Sen. Kyrsten Sinema, I-Ariz., has been hit with a complaint alleging that she illegally used a huge cache of campaign funds over the course of three years to fund lavish trips across the U.S. and to Europe.
The complaint, filed by PAC Change for Arizona 2024 on Thursday, says that Sinema "committed serious violations" of federal campaign finance laws by spending over $180,000 on luxury items like hotels, flights, meals at Michelin-starred restaurants and winery visits between 2019 and 2022. These trips include at least 17 marathons that appear to have been funded with campaign or public funds.

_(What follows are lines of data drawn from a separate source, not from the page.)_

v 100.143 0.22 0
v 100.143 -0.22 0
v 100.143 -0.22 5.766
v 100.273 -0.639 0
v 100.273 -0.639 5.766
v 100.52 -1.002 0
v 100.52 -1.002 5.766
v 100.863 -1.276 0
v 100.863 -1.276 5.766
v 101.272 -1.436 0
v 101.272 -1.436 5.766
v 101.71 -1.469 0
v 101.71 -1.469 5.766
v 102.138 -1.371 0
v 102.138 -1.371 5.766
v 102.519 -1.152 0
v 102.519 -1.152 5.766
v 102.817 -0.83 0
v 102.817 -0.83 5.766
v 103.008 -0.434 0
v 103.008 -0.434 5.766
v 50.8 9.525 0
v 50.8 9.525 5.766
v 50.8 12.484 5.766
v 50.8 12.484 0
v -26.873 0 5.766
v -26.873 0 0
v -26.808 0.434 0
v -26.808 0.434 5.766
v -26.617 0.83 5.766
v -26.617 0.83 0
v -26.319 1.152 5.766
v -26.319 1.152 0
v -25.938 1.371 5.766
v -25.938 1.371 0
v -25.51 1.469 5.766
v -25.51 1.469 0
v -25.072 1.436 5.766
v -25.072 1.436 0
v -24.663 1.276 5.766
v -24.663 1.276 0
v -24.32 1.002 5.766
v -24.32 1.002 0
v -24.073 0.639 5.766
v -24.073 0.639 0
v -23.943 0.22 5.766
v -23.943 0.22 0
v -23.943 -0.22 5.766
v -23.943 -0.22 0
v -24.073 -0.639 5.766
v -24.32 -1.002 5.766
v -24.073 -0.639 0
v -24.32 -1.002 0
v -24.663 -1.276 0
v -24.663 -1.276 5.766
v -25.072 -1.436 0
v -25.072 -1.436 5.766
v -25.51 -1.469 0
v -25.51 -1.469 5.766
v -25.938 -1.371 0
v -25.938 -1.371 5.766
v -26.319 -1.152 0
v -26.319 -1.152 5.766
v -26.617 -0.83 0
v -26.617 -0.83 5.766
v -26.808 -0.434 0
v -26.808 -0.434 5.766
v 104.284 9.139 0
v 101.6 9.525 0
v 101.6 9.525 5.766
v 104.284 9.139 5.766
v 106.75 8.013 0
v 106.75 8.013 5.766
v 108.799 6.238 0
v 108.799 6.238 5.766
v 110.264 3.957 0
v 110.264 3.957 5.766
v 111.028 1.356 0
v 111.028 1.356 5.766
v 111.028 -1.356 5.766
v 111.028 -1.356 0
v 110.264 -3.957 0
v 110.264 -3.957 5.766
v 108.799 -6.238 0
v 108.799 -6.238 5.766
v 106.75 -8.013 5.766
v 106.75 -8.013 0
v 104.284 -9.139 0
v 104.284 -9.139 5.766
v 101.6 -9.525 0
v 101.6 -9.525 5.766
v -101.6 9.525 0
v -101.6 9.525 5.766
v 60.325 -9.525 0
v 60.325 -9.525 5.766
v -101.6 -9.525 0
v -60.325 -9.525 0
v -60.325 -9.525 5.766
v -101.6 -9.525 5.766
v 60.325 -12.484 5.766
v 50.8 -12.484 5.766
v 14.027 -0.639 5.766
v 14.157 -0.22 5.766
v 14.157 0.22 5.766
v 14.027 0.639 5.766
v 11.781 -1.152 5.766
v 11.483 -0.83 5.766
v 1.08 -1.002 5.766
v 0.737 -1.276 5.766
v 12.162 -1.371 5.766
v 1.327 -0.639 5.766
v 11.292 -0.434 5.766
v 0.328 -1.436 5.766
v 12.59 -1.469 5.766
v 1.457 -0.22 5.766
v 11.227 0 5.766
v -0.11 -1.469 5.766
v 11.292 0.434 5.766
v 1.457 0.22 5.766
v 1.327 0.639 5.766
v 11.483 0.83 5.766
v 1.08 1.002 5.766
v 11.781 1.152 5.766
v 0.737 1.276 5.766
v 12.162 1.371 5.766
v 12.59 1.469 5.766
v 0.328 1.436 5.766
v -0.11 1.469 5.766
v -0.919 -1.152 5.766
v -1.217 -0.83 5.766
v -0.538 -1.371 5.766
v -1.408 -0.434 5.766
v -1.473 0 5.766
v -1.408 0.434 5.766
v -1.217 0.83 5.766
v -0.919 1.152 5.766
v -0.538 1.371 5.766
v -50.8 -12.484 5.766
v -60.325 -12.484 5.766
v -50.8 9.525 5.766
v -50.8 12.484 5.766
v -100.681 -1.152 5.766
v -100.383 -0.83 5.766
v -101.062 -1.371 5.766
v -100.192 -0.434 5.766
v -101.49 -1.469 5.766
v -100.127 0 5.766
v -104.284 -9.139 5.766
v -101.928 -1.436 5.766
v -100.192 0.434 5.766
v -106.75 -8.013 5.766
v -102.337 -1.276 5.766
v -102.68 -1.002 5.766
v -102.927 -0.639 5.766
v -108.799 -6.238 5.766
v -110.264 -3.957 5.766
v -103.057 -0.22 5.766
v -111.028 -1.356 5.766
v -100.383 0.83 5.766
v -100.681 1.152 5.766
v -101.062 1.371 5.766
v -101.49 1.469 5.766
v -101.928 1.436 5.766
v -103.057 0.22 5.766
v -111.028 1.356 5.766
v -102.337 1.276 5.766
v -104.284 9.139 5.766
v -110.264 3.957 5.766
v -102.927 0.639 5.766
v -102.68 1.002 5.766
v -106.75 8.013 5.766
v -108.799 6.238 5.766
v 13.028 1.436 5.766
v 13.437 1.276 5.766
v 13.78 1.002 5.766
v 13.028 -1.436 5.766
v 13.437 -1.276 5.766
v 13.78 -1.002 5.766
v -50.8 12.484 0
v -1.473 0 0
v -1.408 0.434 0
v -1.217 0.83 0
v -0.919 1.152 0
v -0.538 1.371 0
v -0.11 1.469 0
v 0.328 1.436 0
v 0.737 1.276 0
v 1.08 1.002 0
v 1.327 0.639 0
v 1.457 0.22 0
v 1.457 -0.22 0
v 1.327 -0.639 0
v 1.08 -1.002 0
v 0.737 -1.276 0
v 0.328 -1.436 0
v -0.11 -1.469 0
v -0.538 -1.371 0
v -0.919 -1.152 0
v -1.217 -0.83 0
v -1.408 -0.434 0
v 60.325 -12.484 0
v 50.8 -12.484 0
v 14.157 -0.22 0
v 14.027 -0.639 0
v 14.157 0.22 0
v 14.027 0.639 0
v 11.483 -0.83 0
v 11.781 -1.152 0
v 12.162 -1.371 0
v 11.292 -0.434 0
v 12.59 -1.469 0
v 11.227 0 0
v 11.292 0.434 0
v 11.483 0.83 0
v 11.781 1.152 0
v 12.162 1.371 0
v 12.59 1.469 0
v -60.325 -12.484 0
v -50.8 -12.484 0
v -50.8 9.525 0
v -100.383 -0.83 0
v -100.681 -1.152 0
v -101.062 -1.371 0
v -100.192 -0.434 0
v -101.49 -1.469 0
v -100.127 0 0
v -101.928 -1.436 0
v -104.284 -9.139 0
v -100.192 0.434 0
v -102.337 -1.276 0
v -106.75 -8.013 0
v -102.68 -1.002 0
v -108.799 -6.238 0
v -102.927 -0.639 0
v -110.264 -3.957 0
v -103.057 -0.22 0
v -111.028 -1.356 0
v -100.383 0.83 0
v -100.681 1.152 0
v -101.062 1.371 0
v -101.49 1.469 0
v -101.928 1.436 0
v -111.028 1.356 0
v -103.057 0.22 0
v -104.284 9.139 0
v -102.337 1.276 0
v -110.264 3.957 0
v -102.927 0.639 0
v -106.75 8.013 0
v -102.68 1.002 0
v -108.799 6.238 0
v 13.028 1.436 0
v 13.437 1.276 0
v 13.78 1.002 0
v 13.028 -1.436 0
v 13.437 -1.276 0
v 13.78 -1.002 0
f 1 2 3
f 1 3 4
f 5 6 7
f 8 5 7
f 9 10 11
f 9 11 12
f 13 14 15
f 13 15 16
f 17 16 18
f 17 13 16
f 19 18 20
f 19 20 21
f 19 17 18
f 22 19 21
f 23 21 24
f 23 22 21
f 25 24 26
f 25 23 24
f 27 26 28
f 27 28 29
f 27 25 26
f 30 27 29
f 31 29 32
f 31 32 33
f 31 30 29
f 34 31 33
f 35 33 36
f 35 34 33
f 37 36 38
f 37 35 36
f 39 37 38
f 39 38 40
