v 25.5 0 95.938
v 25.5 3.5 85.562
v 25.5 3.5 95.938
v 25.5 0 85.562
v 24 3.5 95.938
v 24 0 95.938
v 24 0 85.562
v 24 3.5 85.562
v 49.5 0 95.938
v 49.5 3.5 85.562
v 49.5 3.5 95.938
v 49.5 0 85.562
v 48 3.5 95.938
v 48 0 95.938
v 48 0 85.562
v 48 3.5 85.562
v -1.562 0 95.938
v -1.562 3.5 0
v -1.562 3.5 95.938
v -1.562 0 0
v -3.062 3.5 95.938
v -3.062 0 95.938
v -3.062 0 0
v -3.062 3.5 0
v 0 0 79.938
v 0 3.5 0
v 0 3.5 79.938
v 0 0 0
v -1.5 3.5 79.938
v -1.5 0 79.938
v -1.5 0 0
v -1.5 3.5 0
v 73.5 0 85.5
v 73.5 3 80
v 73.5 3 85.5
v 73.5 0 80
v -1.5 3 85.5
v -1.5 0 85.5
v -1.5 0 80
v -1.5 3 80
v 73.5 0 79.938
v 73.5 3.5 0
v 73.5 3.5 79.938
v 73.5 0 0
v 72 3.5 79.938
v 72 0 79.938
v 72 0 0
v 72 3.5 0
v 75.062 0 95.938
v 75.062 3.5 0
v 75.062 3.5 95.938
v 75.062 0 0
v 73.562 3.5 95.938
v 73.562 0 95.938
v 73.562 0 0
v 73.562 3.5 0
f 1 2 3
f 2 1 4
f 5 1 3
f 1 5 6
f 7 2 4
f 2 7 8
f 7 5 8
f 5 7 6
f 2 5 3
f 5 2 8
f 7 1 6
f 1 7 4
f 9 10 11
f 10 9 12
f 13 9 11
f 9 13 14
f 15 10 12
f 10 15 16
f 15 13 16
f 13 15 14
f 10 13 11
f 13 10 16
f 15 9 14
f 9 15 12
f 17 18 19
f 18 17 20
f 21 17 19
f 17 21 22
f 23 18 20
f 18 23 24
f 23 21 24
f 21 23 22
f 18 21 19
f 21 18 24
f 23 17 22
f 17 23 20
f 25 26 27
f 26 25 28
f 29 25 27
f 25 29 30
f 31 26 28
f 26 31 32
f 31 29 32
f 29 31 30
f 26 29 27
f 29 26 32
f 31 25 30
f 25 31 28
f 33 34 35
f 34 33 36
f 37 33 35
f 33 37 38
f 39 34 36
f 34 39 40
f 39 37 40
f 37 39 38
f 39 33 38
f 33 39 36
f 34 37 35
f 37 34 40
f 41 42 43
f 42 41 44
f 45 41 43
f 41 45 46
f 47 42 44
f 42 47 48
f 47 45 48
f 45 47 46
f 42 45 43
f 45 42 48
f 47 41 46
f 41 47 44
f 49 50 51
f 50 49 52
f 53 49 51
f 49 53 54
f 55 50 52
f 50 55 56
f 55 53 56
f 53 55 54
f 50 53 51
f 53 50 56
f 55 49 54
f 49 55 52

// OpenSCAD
// Door opening dimension (W x H x D)
Door_Dimensions = [72, 80, 3.5];

// Dimensions of the studs material to use (W x H x L)
Stud_Dimensions = [1.5, 3.5, 96];

// Dimensions of the header material.
Header_Dimensions = [1.5, 5.5, 96];

// Cripple stud spacing.
Cripple_Stud_Spacing = 24;

// Object spacing to avoid merging on export.
Object_Spacing = 0.0625;

module door(door_dimensions, stud_dimensions = [1.5, 3.5, 96], header_dimensions = [1.5, 5.5, 96], cripple_stud_spacing = 24, object_spacing = 0.0625) {
    // left king stub
    translate([-(stud_dimensions[0] * 2) - object_spacing, 0, 0])
    cube([stud_dimensions[0], stud_dimensions[1], stud_dimensions[2] - object_spacing]);

    // left jack stud
    translate([-stud_dimensions[0], 0, 0])
    cube([stud_dimensions[0], stud_dimensions[1], door_dimensions[1] - object_spacing]);

    // header layer 1
    translate([-stud_dimensions[0], 0, door_dimensions[1]])
    cube([door_dimensions[0] + (stud_dimensions[0] * 2), header_dimensions[0], header_dimensions[1]]);

    // header layer 2
    translate([-stud_dimensions[0], header_dimensions[0], door_dimensions[1]])
    cube([door_dimensions[0] + (stud_dimensions[0] * 2), header_dimensions[0], header_dimensions[1]]);

    // right jack stud
    translate([door_dimensions[0], 0, 0])
    cube([stud_dimensions[0], stud_dimensions[1], door_dimensions[1] - object_spacing]);

    // right king stud
    translate([door_dimensions[0] + stud_dimensions[0] + object_spacing, 0, 0])
    cube([stud_dimensions[0], stud_dimensions[1], stud_dimensions[2] - object_spacing]);

    // cripple studs above header
    for(i = [cripple_stud_spacing:cripple_stud_spacing:door_dimensions[0] - cripple_stud_spacing]) {
        translate([i, 0, door_dimensions[1] + header_dimensions[1] + object_spacing])
        cube([stud_dimensions[0], stud_dimensions[1], stud_dimensions[2] - door_dimensions[1] - header_dimensions[1] - (object_spacing * 2)]);
    }

   // cube([door_dimensions[0], door_dimensions[2], door_dimensions[1]]);
}

door(Door_Dimensions, Stud_Dimensions, Header_Dimensions, Cripple_Stud_Spacing, Object_Spacing);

These trips, to cities where she ran marathons in the U.S. and to international locales like Paris, London and Barcelona — among other expenditures — "appear to serve no legitimate campaign purpose," according to the complaint. Rather, the PAC says that she has been funding her luxurious lifestyle through money from special interests, to the detriment of her own constituents.
The group is also known as Replace Sinema and was formed in 2021 to defeat Sinema in the 2024 election. It called for the Federal Election Commission (FEC) to launch a probe into Sinema to root out potential abuses.
"While Sinema is on international trips or running marathons or pursuing her high-end wine hobby — each of which has been subsidized by campaign donors — Arizona families are struggling with an increased cost of living and a housing crisis partially fueled by the very same private equity firms that donate to Senator Sinema's campaigns," Change for Arizona 2024 wrote in the complaint.
Sinema spokesperson Hannah Hurley called the complaint a "political attack" and claimed that Sinema is focused on issues like addressing the so-called "border crisis."
The filling comes after an article in the Daily Beast last week unveiled Sinema's seeming habit of spending thousands of dollars on trips to run in marathons, staying at luxury hotels and resorts — and then pairing those trips with fundraising events in attempts to make the spending a legitimate campaign expense.
In April 2022, for instance, Sinema collected $16,000 from Massachusetts-based donors — the same month that the campaign spent nearly $8,500 on expenses at a Ritz-Carlton hotel and Sinema posted a photo seemingly in the hotel celebrating her completion of the Boston Marathon, according to the Daily Beast.
Campaign finance experts told the publication that these expenses may technically be within the letter of the law, but are pushing the limits of what could be considered legal.
"Tacking some personal activities on to a fundraising trip is generally going to be fine," Brendan Fischer, deputy executive director of watchdog group Documented, said to the Daily Beast. "But this appears to be the inverse — tacking fundraisers on to personal trips to justify the use of campaign funds to cover the costs."
The complaint alleges that, because Sinema appeared to have taken advantage of a seeming loophole in campaign finance laws, her activities warrant investigation. On the Boston trip, the group says that the senator "scheduled and took the trip primarily for the purpose of attending and participating in the Boston Marathon," and it is unlikely that the trip was primarily for fundraising "given the physical demands of running in a marathon." The complaint says that there are at least five other similar potential violations from the senator.
"To be clear: attaching incidental campaign meetings to a trip that was scheduled for the primary purpose of carrying out a personal hobby does not transform the entire trip into a legitimate campaign activity," the complaint says.
Meanwhile, the complaint details multiple trips to Europe that Sinema appeared to have taken for personal reasons. Since 2021, it says, she has spent more than $20,000 in campaign funds on trips abroad, including a shopping trip to Paris in which she stayed at a luxury hotel. "Travel to Paris, Barcelona, and London is not an integral part of running for reelection to the United States Senate," the complaint states.
It's unclear if the FEC will act on the complaint. The agency is currently in a partisan deadlock and is consistently ineffective, as former FEC commissioners have said.